I could smell manure on the floor, tramped in by Mark’s brothers. The men’s sweat also filled the room, reminding me how unsterile the area was. Finally I left the house and walked down to the far edge of my small, neglected garden with the mop bucket. The misshapen weeds seemed to erupt in fierce protest when I emptied the bucket. Tiny weasel-shaped creatures with scaly skin chittered at me and scampered off.
My house lay close inside a cluster of farms and roads. Just beyond them lay an unfamiliar forest full of alien species creeping in and mixing with our own. I knew the weeds in my own garden.

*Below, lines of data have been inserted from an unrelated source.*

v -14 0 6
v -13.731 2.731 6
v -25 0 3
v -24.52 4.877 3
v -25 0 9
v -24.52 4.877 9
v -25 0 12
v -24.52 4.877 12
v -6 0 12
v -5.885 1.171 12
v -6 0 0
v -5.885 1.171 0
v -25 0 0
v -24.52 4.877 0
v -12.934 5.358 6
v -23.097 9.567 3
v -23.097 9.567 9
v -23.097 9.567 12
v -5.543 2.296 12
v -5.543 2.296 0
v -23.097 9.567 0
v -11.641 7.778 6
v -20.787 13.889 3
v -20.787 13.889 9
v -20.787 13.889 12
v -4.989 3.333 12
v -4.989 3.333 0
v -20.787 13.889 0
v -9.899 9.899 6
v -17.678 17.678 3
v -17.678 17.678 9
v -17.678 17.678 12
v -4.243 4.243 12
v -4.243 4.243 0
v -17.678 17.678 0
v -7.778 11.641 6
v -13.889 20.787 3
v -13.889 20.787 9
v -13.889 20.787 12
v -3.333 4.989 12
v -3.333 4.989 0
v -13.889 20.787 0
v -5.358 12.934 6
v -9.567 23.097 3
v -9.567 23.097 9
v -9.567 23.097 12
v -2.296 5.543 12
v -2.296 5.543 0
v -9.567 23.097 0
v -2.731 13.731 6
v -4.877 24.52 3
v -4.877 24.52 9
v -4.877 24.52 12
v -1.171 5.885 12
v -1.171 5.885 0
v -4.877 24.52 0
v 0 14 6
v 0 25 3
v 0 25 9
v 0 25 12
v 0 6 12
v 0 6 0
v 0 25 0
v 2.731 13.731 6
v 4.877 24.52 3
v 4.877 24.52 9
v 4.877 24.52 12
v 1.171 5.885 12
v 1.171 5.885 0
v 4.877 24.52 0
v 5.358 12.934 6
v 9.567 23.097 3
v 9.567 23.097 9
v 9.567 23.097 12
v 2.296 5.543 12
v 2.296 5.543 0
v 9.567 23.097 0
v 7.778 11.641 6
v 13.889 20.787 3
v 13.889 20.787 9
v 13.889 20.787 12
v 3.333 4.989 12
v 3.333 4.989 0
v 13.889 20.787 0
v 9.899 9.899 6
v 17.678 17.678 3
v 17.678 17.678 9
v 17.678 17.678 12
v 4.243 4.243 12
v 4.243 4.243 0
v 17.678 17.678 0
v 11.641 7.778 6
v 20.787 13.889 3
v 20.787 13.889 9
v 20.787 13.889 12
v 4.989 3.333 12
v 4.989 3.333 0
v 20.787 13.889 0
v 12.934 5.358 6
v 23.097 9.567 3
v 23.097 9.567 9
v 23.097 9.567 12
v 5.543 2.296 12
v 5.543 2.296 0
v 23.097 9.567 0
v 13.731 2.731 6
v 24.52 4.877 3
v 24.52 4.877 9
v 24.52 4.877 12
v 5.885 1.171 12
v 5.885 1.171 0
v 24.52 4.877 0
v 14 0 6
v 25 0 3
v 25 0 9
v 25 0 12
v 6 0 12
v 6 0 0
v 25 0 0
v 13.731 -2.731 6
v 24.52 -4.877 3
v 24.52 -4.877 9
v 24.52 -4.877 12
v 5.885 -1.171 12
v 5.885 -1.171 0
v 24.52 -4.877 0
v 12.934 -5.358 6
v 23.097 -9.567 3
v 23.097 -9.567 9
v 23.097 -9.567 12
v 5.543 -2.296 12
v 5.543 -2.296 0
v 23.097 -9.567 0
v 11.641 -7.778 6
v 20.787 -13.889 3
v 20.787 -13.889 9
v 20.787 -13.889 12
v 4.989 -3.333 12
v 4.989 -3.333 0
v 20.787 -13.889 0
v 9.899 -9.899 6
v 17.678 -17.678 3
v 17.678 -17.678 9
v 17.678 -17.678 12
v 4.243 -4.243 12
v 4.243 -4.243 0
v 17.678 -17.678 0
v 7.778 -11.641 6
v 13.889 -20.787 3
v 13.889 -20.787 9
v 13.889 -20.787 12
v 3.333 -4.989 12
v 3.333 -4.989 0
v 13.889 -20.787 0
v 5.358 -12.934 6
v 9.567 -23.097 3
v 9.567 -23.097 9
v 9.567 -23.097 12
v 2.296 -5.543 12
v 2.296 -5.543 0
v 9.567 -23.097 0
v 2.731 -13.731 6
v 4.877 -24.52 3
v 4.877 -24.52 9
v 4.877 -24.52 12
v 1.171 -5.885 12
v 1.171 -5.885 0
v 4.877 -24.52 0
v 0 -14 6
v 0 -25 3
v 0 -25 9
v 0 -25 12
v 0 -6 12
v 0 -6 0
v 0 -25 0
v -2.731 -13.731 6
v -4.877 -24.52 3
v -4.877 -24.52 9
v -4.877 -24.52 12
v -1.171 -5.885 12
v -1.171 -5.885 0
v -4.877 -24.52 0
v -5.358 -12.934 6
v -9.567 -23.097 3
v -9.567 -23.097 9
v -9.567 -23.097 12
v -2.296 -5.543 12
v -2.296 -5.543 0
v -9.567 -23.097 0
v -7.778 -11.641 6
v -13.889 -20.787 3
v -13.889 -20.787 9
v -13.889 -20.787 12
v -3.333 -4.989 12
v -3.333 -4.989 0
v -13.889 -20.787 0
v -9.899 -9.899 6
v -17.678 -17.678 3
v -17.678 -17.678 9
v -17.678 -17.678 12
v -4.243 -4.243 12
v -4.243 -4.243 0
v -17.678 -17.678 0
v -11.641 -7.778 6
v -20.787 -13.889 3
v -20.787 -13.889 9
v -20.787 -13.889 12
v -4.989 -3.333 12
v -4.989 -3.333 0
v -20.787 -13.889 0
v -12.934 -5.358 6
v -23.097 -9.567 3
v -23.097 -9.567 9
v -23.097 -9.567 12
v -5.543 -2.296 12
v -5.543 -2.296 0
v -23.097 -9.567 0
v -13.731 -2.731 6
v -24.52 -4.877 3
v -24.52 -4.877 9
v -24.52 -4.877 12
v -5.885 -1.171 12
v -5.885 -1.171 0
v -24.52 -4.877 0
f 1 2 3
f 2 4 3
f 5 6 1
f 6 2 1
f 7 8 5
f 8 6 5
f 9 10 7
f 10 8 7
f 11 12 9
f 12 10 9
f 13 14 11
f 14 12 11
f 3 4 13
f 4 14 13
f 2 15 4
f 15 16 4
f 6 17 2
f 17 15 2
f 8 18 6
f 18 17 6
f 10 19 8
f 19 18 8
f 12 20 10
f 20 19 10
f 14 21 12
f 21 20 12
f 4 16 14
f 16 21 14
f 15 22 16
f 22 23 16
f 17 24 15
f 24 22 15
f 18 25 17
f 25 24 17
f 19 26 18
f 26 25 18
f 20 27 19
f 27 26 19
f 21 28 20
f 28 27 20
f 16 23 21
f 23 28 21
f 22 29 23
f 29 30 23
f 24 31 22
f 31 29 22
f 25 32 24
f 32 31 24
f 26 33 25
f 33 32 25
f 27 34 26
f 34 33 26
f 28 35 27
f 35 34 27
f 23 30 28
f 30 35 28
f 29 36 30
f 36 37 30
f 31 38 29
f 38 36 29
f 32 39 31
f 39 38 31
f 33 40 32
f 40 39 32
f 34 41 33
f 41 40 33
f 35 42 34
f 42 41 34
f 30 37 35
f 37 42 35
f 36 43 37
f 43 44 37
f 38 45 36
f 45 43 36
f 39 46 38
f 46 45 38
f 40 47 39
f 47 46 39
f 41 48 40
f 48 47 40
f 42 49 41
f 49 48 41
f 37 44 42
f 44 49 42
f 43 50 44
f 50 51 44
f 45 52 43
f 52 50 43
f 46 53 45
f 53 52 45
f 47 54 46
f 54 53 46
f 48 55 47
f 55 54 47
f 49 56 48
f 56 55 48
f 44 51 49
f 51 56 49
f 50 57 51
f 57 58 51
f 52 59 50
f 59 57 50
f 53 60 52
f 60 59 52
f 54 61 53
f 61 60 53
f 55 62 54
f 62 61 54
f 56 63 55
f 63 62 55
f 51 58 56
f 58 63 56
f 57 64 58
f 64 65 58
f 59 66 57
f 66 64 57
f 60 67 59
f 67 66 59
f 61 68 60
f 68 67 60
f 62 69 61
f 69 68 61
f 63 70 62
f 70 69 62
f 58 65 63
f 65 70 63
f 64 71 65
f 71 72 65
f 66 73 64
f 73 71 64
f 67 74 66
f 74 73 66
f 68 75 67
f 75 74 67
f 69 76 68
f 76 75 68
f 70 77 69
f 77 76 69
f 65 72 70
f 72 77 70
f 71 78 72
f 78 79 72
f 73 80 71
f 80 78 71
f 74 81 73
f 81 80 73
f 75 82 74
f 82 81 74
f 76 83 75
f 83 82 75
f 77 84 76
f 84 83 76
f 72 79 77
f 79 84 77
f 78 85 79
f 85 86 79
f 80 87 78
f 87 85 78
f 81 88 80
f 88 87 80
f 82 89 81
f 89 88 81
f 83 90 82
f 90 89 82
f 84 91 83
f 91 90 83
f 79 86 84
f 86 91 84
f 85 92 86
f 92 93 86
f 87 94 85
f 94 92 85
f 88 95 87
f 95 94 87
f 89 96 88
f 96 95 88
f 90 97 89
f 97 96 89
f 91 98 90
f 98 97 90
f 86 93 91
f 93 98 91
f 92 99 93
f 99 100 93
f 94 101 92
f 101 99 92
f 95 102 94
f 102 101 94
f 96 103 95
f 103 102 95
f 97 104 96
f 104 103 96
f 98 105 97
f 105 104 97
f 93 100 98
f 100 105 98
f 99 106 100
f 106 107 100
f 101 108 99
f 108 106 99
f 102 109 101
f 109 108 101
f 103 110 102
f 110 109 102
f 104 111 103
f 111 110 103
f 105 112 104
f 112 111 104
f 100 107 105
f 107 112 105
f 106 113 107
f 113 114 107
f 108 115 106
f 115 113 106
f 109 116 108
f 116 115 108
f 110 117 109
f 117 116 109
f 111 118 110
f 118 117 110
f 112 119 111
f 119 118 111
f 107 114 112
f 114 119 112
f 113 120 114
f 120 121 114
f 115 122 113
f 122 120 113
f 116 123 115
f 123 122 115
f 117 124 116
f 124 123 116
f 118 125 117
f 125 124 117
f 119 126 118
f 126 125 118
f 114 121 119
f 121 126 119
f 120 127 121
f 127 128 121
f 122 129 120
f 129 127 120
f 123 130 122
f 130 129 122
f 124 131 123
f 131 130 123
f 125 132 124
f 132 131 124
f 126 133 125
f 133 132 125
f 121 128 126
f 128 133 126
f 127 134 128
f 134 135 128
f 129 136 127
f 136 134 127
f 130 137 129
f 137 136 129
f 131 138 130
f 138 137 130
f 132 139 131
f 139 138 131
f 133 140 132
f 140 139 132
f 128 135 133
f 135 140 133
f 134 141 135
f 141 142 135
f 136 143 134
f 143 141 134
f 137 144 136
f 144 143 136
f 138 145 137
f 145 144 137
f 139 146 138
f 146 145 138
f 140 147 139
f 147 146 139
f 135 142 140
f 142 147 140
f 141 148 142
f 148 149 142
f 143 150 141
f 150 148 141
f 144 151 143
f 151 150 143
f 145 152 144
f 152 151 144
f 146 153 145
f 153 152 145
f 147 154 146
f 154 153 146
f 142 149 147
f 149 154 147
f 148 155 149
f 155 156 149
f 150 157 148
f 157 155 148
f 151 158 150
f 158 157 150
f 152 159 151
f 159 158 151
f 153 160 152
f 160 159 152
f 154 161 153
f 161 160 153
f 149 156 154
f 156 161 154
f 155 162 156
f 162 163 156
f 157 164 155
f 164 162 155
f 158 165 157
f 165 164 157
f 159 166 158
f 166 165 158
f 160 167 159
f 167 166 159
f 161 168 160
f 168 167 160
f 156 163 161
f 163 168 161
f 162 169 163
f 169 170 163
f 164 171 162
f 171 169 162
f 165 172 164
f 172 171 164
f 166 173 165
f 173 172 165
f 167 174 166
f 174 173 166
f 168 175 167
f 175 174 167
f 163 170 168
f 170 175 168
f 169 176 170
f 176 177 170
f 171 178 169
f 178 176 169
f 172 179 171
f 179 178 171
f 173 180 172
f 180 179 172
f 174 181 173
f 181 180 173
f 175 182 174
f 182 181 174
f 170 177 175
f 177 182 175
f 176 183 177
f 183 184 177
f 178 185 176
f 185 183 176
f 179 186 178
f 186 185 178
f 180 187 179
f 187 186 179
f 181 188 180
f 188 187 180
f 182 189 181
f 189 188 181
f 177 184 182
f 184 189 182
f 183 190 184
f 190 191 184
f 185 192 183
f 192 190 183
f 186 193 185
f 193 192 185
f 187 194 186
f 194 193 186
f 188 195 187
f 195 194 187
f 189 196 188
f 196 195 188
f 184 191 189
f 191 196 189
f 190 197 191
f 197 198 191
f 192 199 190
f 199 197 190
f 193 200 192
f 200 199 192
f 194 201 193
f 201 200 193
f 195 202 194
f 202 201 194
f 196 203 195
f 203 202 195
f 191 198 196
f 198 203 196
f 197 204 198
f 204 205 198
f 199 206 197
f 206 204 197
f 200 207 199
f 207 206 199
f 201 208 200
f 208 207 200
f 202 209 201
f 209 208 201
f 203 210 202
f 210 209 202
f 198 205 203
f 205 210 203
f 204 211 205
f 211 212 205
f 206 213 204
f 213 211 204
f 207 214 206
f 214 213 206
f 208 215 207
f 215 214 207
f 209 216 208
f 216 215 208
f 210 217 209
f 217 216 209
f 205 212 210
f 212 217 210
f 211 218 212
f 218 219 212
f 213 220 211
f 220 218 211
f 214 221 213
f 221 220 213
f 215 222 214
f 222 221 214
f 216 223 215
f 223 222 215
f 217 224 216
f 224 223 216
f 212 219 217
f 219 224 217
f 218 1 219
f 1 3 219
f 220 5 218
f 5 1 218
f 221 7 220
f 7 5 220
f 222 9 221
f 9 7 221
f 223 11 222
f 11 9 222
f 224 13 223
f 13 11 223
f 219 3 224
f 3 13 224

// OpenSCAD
$fn = 32;

// ----------------------------------------------------------------------
// Revolved part: V-groove pulley R25
// ----------------------------------------------------------------------

// --- parameters (mm) ---
bore_r = 6;               // bore radius
rim_r = 25;               // rim radius
rim_t = 12;               // rim width
groove_r = 14;            // groove root radius
groove_w = 3;             // groove half width
revolve_angle = 360;      // revolve sweep, degrees
fit_tol = 0.1;            // declared fit tolerance (prompt contract)
free_tol = 0.5;           // declared free tolerance (prompt contract)

bore_d = 2 * bore_r;
rim_d = 2 * rim_r;
groove_d = 2 * groove_r;

profile = [[6, 0], [25, 0], [25, 3], [14, 6], [25, 9], [25, 12], [6, 12]];  // primary outline, 7 points, counter clockwise

// --- the one profile operation ---
rotate_extrude(angle = revolve_angle) polygon(points = profile);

But behind the scraggly dandelions and patchy grass, spirals of unearthly flowers moved in and out of the shadows to the rhythm of the wind.
Instead of going back inside, I sat on the porch swing and shivered. The fourth moon—the largest of the quartet—edged over the hills and made silhouettes of the neighbor’s barn.
I’d never lost so many lives in such a short time, and I was getting sick of funerals.
It didn’t make any sense. I was free to try to convince them to let me save them. They were free to die unnecessarily. And there was no one, no higher authority I could appeal to. Except God.
And unlike me, they talked to Him every day, welcomed Him into their houses and their lives. They knew He was on their side.
I sighed and went back into the house.
Mark hadn’t died doing anything glamorous like beating back the wild forest of a new planet. He’d been milling grain, and had fallen between the giant wheels. The hardwood cogs chewed him up, spit him out, and left him for me and God—and God washed His hands of the matter.
• • •
At the Yoders I pulled on Zeke’s reins. He snorted and plodded to a nonchalant stop just short of the weathered post I usually tied him to. One of the little Yoders, Joshua, walked down to greet me.
“Guten morning,” he said, mixing his German and English with a smile.